Instructions for the task
Exercise in exact copying. Transcribe every entry that follows, word for word.

Dataset extract
+ + + +
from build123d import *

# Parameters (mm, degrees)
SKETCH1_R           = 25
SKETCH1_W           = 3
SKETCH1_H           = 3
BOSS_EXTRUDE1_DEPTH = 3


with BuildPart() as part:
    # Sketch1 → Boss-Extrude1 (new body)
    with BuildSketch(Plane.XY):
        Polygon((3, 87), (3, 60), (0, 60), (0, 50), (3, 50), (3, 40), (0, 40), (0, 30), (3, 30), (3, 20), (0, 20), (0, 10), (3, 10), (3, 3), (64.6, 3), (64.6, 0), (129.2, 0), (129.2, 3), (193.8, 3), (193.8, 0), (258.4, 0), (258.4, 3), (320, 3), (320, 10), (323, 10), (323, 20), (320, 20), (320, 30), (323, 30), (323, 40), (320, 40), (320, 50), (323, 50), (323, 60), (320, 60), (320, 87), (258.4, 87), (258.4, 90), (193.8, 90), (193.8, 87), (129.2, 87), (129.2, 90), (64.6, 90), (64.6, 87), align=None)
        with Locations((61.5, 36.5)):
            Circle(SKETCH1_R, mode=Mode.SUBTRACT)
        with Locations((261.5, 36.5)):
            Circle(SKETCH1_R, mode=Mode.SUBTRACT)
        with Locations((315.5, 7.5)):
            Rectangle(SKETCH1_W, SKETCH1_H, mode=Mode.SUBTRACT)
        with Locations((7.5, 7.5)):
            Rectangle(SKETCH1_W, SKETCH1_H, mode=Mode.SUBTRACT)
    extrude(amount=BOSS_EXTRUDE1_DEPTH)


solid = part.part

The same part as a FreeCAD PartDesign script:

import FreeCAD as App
import Part
import Sketcher

doc = App.newDocument("Part")
params = doc.addObject("Spreadsheet::Sheet", "Params")
for row, (alias, value) in enumerate([
    ("sketch1_diameter", "50 mm"),
    ("sketch1_width", "3 mm"),
    ("sketch1_height", "27 mm"),
    ("sketch1_height2", "10 mm"),
    ("sketch1_height3", "7 mm"),
    ("pad1_length", "3 mm"),
], start=1):
    params.set(f"A{row}", alias)
    params.set(f"B{row}", "=" + value)
    params.setAlias(f"B{row}", alias)

body = doc.addObject("PartDesign::Body", "Body")

# Sketch on XY plane
sketch1 = body.newObject("Sketcher::SketchObject", "Sketch")
sketch1.AttachmentSupport = (doc.getObject("XY_Plane"), [""])
sketch1.MapMode = "FlatFace"
sketch1.addGeometry([
    Part.LineSegment(App.Vector(3, 87, 0), App.Vector(3, 60, 0)),  # 0
    Part.LineSegment(App.Vector(3, 60, 0), App.Vector(0, 60, 0)),  # 1
    Part.LineSegment(App.Vector(0, 60, 0), App.Vector(0, 50, 0)),  # 2
    Part.LineSegment(App.Vector(0, 50, 0), App.Vector(3, 50, 0)),  # 3
    Part.LineSegment(App.Vector(3, 50, 0), App.Vector(3, 40, 0)),  # 4
    Part.LineSegment(App.Vector(3, 40, 0), App.Vector(0, 40, 0)),  # 5
    Part.LineSegment(App.Vector(0, 40, 0), App.Vector(0, 30, 0)),  # 6
    Part.LineSegment(App.Vector(0, 30, 0), App.Vector(3, 30, 0)),  # 7
    Part.LineSegment(App.Vector(3, 30, 0), App.Vector(3, 20, 0)),  # 8
    Part.LineSegment(App.Vector(3, 20, 0), App.Vector(0, 20, 0)),  # 9
    Part.LineSegment(App.Vector(0, 20, 0), App.Vector(0, 10, 0)),  # 10
    Part.LineSegment(App.Vector(0, 10, 0), App.Vector(3, 10, 0)),  # 11
    Part.LineSegment(App.Vector(3, 10, 0), App.Vector(3, 3, 0)),  # 12
    Part.LineSegment(App.Vector(3, 3, 0), App.Vector(64.6, 3, 0)),  # 13
    Part.LineSegment(App.Vector(64.6, 3, 0), App.Vector(64.6, 0, 0)),  # 14
    Part.LineSegment(App.Vector(64.6, 0, 0), App.Vector(129.2, 0, 0)),  # 15
    Part.LineSegment(App.Vector(129.2, 0, 0), App.Vector(129.2, 3, 0)),  # 16
    Part.LineSegment(App.Vector(129.2, 3, 0), App.Vector(193.8, 3, 0)),  # 17
    Part.LineSegment(App.Vector(193.8, 3, 0), App.Vector(193.8, 0, 0)),  # 18
    Part.LineSegment(App.Vector(193.8, 0, 0), App.Vector(258.4, 0, 0)),  # 19
    Part.LineSegment(App.Vector(258.4, 0, 0), App.Vector(258.4, 3, 0)),  # 20
    Part.LineSegment(App.Vector(258.4, 3, 0), App.Vector(320, 3, 0)),  # 21
    Part.LineSegment(App.Vector(320, 3, 0), App.Vector(320, 10, 0)),  # 22
    Part.LineSegment(App.Vector(320, 10, 0), App.Vector(323, 10, 0)),  # 23
    Part.LineSegment(App.Vector(323, 10, 0), App.Vector(323, 20, 0)),  # 24
    Part.LineSegment(App.Vector(323, 20, 0), App.Vector(320, 20, 0)),  # 25
    Part.LineSegment(App.Vector(320, 20, 0), App.Vector(320, 30, 0)),  # 26
    Part.LineSegment(App.Vector(320, 30, 0), App.Vector(323, 30, 0)),  # 27
    Part.LineSegment(App.Vector(323, 30, 0), App.Vector(323, 40, 0)),  # 28
    Part.LineSegment(App.Vector(323, 40, 0), App.Vector(320, 40, 0)),  # 29
    Part.LineSegment(App.Vector(320, 40, 0), App.Vector(320, 50, 0)),  # 30
    Part.LineSegment(App.Vector(320, 50, 0), App.Vector(323, 50, 0)),  # 31
    Part.LineSegment(App.Vector(323, 50, 0), App.Vector(323, 60, 0)),  # 32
+ + + +
Solved problem
from build123d import *

# Parameters (mm, degrees)
SKETCH1_R           = 25
SKETCH1_W           = 3
SKETCH1_H           = 3
BOSS_EXTRUDE1_DEPTH = 3


with BuildPart() as part:
    # Sketch1 → Boss-Extrude1 (new body)
    with BuildSketch(Plane.XY):
        Polygon((3, 87), (3, 60), (0, 60), (0, 50), (3, 50), (3, 40), (0, 40), (0, 30), (3, 30), (3, 20), (0, 20), (0, 10), (3, 10), (3, 3), (64.6, 3), (64.6, 0), (129.2, 0), (129.2, 3), (193.8, 3), (193.8, 0), (258.4, 0), (258.4, 3), (320, 3), (320, 10), (323, 10), (323, 20), (320, 20), (320, 30), (323, 30), (323, 40), (320, 40), (320, 50), (323, 50), (323, 60), (320, 60), (320, 87), (258.4, 87), (258.4, 90), (193.8, 90), (193.8, 87), (129.2, 87), (129.2, 90), (64.6, 90), (64.6, 87), align=None)
        with Locations((61.5, 36.5)):
            Circle(SKETCH1_R, mode=Mode.SUBTRACT)
        with Locations((261.5, 36.5)):
            Circle(SKETCH1_R, mode=Mode.SUBTRACT)
        with Locations((315.5, 7.5)):
            Rectangle(SKETCH1_W, SKETCH1_H, mode=Mode.SUBTRACT)
        with Locations((7.5, 7.5)):
            Rectangle(SKETCH1_W, SKETCH1_H, mode=Mode.SUBTRACT)
    extrude(amount=BOSS_EXTRUDE1_DEPTH)


solid = part.part

The same part as a FreeCAD PartDesign script:

import FreeCAD as App
import Part
import Sketcher

doc = App.newDocument("Part")
params = doc.addObject("Spreadsheet::Sheet", "Params")
for row, (alias, value) in enumerate([
    ("sketch1_diameter", "50 mm"),
    ("sketch1_width", "3 mm"),
    ("sketch1_height", "27 mm"),
    ("sketch1_height2", "10 mm"),
    ("sketch1_height3", "7 mm"),
    ("pad1_length", "3 mm"),
], start=1):
    params.set(f"A{row}", alias)
    params.set(f"B{row}", "=" + value)
    params.setAlias(f"B{row}", alias)

body = doc.addObject("PartDesign::Body", "Body")

# Sketch on XY plane
sketch1 = body.newObject("Sketcher::SketchObject", "Sketch")
sketch1.AttachmentSupport = (doc.getObject("XY_Plane"), [""])
sketch1.MapMode = "FlatFace"
sketch1.addGeometry([
    Part.LineSegment(App.Vector(3, 87, 0), App.Vector(3, 60, 0)),  # 0
    Part.LineSegment(App.Vector(3, 60, 0), App.Vector(0, 60, 0)),  # 1
    Part.LineSegment(App.Vector(0, 60, 0), App.Vector(0, 50, 0)),  # 2
    Part.LineSegment(App.Vector(0, 50, 0), App.Vector(3, 50, 0)),  # 3
    Part.LineSegment(App.Vector(3, 50, 0), App.Vector(3, 40, 0)),  # 4
    Part.LineSegment(App.Vector(3, 40, 0), App.Vector(0, 40, 0)),  # 5
    Part.LineSegment(App.Vector(0, 40, 0), App.Vector(0, 30, 0)),  # 6
    Part.LineSegment(App.Vector(0, 30, 0), App.Vector(3, 30, 0)),  # 7
    Part.LineSegment(App.Vector(3, 30, 0), App.Vector(3, 20, 0)),  # 8
    Part.LineSegment(App.Vector(3, 20, 0), App.Vector(0, 20, 0)),  # 9
    Part.LineSegment(App.Vector(0, 20, 0), App.Vector(0, 10, 0)),  # 10
    Part.LineSegment(App.Vector(0, 10, 0), App.Vector(3, 10, 0)),  # 11
    Part.LineSegment(App.Vector(3, 10, 0), App.Vector(3, 3, 0)),  # 12
    Part.LineSegment(App.Vector(3, 3, 0), App.Vector(64.6, 3, 0)),  # 13
    Part.LineSegment(App.Vector(64.6, 3, 0), App.Vector(64.6, 0, 0)),  # 14
    Part.LineSegment(App.Vector(64.6, 0, 0), App.Vector(129.2, 0, 0)),  # 15
    Part.LineSegment(App.Vector(129.2, 0, 0), App.Vector(129.2, 3, 0)),  # 16
    Part.LineSegment(App.Vector(129.2, 3, 0), App.Vector(193.8, 3, 0)),  # 17
    Part.LineSegment(App.Vector(193.8, 3, 0), App.Vector(193.8, 0, 0)),  # 18
    Part.LineSegment(App.Vector(193.8, 0, 0), App.Vector(258.4, 0, 0)),  # 19
    Part.LineSegment(App.Vector(258.4, 0, 0), App.Vector(258.4, 3, 0)),  # 20
    Part.LineSegment(App.Vector(258.4, 3, 0), App.Vector(320, 3, 0)),  # 21
    Part.LineSegment(App.Vector(320, 3, 0), App.Vector(320, 10, 0)),  # 22
    Part.LineSegment(App.Vector(320, 10, 0), App.Vector(323, 10, 0)),  # 23
    Part.LineSegment(App.Vector(323, 10, 0), App.Vector(323, 20, 0)),  # 24
    Part.LineSegment(App.Vector(323, 20, 0), App.Vector(320, 20, 0)),  # 25
    Part.LineSegment(App.Vector(320, 20, 0), App.Vector(320, 30, 0)),  # 26
    Part.LineSegment(App.Vector(320, 30, 0), App.Vector(323, 30, 0)),  # 27
    Part.LineSegment(App.Vector(323, 30, 0), App.Vector(323, 40, 0)),  # 28
    Part.LineSegment(App.Vector(323, 40, 0), App.Vector(320, 40, 0)),  # 29
    Part.LineSegment(App.Vector(320, 40, 0), App.Vector(320, 50, 0)),  # 30
    Part.LineSegment(App.Vector(320, 50, 0), App.Vector(323, 50, 0)),  # 31
    Part.LineSegment(App.Vector(323, 50, 0), App.Vector(323, 60, 0)),  # 32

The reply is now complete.